Data excerpts:
※

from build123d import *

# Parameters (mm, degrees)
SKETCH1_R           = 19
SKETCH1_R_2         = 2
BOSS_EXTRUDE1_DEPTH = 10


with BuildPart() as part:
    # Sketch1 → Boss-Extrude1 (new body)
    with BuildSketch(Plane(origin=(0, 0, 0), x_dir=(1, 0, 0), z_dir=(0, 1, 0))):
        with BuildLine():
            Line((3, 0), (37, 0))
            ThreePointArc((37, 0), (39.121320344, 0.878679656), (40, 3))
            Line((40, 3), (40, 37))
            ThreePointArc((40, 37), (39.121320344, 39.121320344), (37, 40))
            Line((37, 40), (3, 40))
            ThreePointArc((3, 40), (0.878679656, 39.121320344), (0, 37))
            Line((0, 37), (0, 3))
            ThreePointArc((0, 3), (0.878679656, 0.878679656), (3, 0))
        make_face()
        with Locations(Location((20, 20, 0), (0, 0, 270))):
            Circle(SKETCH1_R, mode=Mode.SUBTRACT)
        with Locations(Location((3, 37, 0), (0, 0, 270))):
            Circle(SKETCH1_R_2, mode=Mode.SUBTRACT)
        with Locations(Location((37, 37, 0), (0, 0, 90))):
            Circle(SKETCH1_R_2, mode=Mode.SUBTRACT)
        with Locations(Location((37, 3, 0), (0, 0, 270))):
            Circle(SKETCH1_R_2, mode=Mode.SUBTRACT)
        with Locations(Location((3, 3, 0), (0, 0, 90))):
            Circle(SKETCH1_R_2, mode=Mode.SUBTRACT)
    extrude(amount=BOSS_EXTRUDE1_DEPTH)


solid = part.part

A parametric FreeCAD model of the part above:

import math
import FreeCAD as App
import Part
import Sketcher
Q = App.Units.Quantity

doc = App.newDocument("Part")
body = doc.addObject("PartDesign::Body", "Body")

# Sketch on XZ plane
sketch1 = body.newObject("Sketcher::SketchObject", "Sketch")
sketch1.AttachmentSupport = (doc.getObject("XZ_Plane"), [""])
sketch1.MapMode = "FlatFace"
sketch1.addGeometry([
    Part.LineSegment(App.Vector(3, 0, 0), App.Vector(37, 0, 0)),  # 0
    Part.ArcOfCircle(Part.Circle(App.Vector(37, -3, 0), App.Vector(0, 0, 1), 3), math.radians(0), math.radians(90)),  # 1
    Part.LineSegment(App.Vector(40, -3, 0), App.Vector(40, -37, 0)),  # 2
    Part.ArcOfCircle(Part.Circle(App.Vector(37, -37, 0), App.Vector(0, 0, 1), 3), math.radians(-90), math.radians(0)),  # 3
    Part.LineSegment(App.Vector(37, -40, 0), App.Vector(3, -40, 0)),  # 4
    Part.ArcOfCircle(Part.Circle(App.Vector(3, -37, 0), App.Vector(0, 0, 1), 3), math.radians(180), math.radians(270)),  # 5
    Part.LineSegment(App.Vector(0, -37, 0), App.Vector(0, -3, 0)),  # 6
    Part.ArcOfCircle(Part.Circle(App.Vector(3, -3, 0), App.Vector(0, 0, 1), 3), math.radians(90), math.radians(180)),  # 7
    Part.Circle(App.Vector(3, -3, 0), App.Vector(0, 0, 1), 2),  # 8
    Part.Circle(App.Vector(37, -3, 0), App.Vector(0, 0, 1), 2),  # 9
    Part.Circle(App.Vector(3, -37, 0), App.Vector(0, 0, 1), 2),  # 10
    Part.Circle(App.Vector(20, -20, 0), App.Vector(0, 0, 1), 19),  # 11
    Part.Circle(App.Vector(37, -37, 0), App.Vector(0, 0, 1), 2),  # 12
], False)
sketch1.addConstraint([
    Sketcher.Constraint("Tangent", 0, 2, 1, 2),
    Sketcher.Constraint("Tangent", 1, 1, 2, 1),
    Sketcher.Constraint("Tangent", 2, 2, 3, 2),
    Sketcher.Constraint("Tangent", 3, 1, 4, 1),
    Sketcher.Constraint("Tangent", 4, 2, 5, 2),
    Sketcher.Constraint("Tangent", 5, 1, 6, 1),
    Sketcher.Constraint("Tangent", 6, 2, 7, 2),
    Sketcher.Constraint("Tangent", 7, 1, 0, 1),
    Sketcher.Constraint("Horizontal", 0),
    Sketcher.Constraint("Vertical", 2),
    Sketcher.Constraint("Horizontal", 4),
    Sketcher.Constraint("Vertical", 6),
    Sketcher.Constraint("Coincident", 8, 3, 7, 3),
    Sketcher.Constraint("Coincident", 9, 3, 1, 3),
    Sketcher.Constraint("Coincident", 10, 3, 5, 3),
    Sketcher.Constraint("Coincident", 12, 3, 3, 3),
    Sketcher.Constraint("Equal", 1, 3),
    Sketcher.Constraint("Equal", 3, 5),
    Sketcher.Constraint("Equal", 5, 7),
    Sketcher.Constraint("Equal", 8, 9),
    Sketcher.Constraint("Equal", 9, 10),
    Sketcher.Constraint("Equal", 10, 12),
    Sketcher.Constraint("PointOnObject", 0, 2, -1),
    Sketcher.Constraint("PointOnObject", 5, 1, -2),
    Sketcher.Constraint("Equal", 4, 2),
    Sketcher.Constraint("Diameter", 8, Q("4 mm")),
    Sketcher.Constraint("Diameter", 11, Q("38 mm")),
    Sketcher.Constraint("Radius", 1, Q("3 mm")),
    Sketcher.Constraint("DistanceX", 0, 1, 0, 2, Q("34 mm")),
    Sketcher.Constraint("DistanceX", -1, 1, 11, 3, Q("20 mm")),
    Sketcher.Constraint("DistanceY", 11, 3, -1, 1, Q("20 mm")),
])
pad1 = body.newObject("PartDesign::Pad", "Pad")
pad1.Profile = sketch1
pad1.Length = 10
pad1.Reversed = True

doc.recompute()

※

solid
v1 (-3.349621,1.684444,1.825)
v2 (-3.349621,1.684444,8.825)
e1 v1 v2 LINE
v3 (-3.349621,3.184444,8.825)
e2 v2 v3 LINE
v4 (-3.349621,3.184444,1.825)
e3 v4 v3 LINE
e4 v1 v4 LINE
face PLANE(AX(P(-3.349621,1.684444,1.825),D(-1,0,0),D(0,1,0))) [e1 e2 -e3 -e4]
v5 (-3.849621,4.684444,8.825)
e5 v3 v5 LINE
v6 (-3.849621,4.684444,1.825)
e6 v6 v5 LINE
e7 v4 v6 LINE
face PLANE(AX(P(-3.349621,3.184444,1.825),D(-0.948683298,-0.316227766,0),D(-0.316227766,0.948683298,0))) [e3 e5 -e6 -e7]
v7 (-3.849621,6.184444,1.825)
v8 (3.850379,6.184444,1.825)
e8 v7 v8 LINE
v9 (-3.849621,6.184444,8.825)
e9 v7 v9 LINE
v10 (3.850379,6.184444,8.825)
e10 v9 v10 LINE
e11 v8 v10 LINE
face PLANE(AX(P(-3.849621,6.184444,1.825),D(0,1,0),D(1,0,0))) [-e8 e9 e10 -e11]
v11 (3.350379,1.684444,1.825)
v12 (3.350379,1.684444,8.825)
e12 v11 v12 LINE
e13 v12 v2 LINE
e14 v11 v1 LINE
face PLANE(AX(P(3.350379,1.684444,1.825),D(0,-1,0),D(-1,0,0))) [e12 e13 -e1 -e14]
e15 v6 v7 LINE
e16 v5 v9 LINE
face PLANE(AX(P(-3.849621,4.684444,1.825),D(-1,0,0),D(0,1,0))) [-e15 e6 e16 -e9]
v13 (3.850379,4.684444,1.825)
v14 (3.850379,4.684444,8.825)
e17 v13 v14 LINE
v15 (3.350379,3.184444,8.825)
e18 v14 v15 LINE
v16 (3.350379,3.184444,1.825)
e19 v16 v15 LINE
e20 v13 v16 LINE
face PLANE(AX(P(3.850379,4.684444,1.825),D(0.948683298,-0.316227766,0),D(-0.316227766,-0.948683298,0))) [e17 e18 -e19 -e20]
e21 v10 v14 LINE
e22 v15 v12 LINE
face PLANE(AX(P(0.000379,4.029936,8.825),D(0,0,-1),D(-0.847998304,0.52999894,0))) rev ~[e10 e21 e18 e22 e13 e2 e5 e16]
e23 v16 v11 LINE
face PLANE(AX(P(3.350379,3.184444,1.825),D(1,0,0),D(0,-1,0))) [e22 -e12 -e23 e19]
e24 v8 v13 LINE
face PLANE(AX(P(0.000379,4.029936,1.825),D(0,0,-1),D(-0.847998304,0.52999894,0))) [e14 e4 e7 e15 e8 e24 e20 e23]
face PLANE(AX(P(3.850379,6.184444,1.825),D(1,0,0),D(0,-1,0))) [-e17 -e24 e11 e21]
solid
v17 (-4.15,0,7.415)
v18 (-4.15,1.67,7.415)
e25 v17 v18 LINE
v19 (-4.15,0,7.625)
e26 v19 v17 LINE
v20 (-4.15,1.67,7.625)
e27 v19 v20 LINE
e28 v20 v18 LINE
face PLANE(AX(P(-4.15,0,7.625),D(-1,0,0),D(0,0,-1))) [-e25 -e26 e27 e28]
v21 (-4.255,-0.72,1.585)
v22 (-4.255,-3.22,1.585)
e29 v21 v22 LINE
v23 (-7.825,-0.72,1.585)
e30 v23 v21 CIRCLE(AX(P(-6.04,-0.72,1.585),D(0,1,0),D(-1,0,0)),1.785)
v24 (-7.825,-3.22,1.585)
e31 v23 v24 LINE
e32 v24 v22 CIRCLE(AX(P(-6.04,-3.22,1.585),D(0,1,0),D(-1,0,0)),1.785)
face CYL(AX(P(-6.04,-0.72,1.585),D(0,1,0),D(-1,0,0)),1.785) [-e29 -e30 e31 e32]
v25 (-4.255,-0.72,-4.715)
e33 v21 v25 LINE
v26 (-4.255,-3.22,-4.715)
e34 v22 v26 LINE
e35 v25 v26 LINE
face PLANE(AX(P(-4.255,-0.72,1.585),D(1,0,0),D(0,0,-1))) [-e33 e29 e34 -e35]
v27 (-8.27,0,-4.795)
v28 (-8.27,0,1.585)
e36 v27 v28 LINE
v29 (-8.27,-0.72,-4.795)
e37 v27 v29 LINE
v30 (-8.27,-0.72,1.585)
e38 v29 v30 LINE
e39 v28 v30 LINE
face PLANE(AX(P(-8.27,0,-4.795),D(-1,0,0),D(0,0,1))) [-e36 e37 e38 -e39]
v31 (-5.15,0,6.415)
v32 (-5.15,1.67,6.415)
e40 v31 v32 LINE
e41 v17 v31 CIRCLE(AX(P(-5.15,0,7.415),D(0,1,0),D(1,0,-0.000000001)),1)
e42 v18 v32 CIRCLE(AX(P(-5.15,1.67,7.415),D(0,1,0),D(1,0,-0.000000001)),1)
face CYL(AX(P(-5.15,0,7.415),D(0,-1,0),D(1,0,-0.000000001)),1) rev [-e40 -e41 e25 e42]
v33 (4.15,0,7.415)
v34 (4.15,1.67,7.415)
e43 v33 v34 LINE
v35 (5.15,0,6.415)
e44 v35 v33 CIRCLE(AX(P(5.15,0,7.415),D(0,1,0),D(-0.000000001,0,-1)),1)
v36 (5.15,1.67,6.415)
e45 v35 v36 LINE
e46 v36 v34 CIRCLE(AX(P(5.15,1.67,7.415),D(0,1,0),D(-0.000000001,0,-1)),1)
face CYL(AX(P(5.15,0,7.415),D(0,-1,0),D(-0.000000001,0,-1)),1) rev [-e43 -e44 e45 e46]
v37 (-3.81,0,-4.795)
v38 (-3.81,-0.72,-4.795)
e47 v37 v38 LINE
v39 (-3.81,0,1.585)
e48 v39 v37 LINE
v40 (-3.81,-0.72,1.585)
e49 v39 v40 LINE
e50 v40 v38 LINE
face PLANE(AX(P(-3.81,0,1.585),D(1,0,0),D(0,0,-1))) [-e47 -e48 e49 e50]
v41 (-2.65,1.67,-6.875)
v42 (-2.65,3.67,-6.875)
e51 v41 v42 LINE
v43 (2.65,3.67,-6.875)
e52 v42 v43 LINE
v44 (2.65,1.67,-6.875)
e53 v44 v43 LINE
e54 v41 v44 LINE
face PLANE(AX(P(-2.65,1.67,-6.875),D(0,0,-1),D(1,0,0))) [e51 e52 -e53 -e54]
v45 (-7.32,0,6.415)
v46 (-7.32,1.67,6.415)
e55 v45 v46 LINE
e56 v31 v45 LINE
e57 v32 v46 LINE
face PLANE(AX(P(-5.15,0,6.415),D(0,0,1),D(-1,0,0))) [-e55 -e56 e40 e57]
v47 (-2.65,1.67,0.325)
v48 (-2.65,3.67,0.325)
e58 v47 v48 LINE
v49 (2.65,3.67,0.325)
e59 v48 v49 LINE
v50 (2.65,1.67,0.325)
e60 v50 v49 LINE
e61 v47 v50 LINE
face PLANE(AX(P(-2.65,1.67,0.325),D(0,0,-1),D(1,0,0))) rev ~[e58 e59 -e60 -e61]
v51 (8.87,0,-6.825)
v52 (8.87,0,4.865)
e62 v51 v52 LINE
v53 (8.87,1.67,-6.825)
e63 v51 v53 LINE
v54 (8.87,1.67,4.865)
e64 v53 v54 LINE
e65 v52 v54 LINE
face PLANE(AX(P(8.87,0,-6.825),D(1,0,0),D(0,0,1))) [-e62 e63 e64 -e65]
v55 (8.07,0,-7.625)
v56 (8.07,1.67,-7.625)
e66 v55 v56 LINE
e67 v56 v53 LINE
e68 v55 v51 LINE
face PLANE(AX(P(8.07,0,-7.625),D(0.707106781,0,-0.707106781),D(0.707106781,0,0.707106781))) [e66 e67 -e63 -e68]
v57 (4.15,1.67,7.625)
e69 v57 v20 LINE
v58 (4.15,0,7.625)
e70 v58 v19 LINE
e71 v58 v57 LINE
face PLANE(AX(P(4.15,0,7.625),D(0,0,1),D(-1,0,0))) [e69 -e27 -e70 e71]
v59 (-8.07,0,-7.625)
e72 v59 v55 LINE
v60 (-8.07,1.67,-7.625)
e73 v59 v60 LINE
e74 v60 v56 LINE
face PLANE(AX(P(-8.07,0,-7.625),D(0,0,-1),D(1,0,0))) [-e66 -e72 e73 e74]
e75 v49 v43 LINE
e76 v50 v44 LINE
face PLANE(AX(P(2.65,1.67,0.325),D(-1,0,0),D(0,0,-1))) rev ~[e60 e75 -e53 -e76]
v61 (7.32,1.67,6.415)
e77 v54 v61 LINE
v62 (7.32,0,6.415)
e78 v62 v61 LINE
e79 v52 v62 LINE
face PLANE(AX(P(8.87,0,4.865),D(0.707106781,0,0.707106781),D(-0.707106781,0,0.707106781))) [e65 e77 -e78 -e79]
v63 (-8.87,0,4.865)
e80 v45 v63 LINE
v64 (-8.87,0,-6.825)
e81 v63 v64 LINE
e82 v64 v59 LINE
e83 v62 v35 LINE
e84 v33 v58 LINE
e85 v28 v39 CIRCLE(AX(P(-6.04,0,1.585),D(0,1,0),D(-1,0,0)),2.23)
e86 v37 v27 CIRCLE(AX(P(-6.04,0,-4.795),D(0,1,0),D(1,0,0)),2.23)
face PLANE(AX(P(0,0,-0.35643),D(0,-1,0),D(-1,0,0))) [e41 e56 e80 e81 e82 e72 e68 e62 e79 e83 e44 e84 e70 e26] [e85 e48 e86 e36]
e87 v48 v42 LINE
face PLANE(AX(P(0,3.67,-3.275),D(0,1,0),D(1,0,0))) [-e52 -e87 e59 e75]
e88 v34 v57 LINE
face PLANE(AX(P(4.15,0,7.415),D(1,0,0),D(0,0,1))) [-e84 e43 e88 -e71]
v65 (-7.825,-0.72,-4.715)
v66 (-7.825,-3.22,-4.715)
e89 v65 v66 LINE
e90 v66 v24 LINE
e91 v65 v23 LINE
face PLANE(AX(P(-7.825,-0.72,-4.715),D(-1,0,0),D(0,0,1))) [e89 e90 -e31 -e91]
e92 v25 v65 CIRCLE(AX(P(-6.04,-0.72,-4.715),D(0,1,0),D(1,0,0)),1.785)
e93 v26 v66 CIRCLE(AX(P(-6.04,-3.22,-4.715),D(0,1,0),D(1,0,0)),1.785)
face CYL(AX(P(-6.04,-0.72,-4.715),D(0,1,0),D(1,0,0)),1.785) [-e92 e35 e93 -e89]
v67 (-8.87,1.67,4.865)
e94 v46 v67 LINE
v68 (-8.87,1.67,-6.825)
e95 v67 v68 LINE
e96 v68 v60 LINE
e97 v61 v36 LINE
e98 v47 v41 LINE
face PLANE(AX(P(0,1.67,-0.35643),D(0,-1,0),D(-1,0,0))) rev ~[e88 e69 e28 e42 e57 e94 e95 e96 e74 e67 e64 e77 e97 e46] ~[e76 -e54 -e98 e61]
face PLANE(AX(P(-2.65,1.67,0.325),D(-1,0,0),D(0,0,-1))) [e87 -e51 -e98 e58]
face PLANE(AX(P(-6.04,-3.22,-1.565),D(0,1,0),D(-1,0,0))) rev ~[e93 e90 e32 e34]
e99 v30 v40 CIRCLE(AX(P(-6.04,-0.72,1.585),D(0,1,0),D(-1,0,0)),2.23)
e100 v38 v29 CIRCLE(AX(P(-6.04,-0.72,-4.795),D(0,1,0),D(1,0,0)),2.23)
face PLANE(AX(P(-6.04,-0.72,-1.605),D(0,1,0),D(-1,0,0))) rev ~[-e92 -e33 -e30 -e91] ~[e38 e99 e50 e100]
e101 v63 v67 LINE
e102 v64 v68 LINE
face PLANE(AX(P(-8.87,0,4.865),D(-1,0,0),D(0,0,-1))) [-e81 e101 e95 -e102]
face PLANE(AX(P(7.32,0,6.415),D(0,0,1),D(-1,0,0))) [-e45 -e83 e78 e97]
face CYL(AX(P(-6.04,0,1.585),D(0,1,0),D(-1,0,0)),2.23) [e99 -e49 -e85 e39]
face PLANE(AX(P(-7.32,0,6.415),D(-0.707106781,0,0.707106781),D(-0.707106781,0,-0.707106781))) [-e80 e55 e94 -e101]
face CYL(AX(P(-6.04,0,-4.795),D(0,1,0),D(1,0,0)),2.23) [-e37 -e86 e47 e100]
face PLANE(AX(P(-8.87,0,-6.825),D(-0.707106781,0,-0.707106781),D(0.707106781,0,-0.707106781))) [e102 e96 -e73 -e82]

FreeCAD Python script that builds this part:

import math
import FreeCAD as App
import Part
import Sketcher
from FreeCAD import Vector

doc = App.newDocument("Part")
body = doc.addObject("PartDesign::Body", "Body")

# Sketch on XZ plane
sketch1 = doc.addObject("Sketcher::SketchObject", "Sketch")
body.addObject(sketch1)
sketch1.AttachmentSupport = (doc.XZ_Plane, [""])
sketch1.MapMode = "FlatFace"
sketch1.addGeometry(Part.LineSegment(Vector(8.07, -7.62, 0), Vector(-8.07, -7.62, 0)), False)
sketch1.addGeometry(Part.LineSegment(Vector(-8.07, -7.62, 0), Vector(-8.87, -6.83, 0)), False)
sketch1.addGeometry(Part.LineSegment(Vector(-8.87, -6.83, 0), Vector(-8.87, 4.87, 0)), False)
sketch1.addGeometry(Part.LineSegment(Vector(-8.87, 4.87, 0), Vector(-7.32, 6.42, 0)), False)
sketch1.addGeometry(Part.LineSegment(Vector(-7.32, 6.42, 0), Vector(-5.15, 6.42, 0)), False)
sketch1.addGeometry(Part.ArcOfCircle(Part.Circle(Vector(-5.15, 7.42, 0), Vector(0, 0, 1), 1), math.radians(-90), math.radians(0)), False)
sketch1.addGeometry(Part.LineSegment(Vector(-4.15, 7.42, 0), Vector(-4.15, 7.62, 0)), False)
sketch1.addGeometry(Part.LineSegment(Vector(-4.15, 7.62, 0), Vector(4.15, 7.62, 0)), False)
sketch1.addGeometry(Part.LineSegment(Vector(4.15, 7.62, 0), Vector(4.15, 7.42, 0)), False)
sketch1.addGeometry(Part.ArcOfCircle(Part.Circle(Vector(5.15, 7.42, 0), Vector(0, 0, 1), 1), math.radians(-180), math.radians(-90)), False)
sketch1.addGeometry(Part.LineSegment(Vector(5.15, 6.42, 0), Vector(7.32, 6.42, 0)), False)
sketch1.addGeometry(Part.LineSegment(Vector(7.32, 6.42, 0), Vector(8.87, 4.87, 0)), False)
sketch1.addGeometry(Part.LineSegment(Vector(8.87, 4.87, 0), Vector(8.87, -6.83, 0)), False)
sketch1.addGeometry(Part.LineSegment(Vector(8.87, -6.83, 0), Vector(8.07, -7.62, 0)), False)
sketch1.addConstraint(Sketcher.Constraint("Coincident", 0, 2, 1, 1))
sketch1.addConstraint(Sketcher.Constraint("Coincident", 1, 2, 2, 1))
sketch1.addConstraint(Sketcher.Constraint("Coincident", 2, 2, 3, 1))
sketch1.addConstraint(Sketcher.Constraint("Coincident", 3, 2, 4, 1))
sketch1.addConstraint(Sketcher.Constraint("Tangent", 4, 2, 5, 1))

※

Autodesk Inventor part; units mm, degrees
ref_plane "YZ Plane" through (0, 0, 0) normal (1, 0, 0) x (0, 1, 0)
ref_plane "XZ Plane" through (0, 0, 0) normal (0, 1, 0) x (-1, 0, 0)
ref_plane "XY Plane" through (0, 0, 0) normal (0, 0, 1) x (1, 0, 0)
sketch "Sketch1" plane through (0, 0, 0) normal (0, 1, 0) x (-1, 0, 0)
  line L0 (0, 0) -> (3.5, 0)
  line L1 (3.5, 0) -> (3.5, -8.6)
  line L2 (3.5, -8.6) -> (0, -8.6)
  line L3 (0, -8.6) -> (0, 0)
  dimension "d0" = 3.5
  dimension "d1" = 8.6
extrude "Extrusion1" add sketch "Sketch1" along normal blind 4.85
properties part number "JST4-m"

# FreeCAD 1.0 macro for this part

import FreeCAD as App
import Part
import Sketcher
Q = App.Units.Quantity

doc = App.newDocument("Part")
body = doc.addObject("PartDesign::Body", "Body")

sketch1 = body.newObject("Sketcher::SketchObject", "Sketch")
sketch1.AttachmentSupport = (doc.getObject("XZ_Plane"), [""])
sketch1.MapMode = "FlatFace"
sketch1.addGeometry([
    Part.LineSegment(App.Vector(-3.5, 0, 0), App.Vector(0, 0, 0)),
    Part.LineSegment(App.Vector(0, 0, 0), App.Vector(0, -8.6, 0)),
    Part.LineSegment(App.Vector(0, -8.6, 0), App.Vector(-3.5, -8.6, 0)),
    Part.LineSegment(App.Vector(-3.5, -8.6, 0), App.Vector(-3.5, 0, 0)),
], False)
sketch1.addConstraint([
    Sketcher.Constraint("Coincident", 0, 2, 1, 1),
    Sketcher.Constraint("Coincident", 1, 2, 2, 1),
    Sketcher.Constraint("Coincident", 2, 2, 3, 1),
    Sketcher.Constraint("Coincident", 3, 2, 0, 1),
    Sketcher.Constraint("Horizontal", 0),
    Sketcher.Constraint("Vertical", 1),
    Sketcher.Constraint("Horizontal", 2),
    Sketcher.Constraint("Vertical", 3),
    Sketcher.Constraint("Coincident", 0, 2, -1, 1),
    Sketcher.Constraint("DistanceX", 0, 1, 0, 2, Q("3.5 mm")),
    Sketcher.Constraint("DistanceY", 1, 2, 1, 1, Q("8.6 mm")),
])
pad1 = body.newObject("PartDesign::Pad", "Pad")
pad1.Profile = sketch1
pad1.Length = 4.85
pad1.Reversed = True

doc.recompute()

※

What to work on: Your answer must consist solely of the lines above between the line holding "v61 (7.32,1.67,6.415)" and the line holding "e87 v48 v42 LINE", inclusive, copied exactly.

Answer to the exercise:
v61 (7.32,1.67,6.415)
e77 v54 v61 LINE
v62 (7.32,0,6.415)
e78 v62 v61 LINE
e79 v52 v62 LINE
face PLANE(AX(P(8.87,0,4.865),D(0.707106781,0,0.707106781),D(-0.707106781,0,0.707106781))) [e65 e77 -e78 -e79]
v63 (-8.87,0,4.865)
e80 v45 v63 LINE
v64 (-8.87,0,-6.825)
e81 v63 v64 LINE
e82 v64 v59 LINE
e83 v62 v35 LINE
e84 v33 v58 LINE
e85 v28 v39 CIRCLE(AX(P(-6.04,0,1.585),D(0,1,0),D(-1,0,0)),2.23)
e86 v37 v27 CIRCLE(AX(P(-6.04,0,-4.795),D(0,1,0),D(1,0,0)),2.23)
face PLANE(AX(P(0,0,-0.35643),D(0,-1,0),D(-1,0,0))) [e41 e56 e80 e81 e82 e72 e68 e62 e79 e83 e44 e84 e70 e26] [e85 e48 e86 e36]
e87 v48 v42 LINE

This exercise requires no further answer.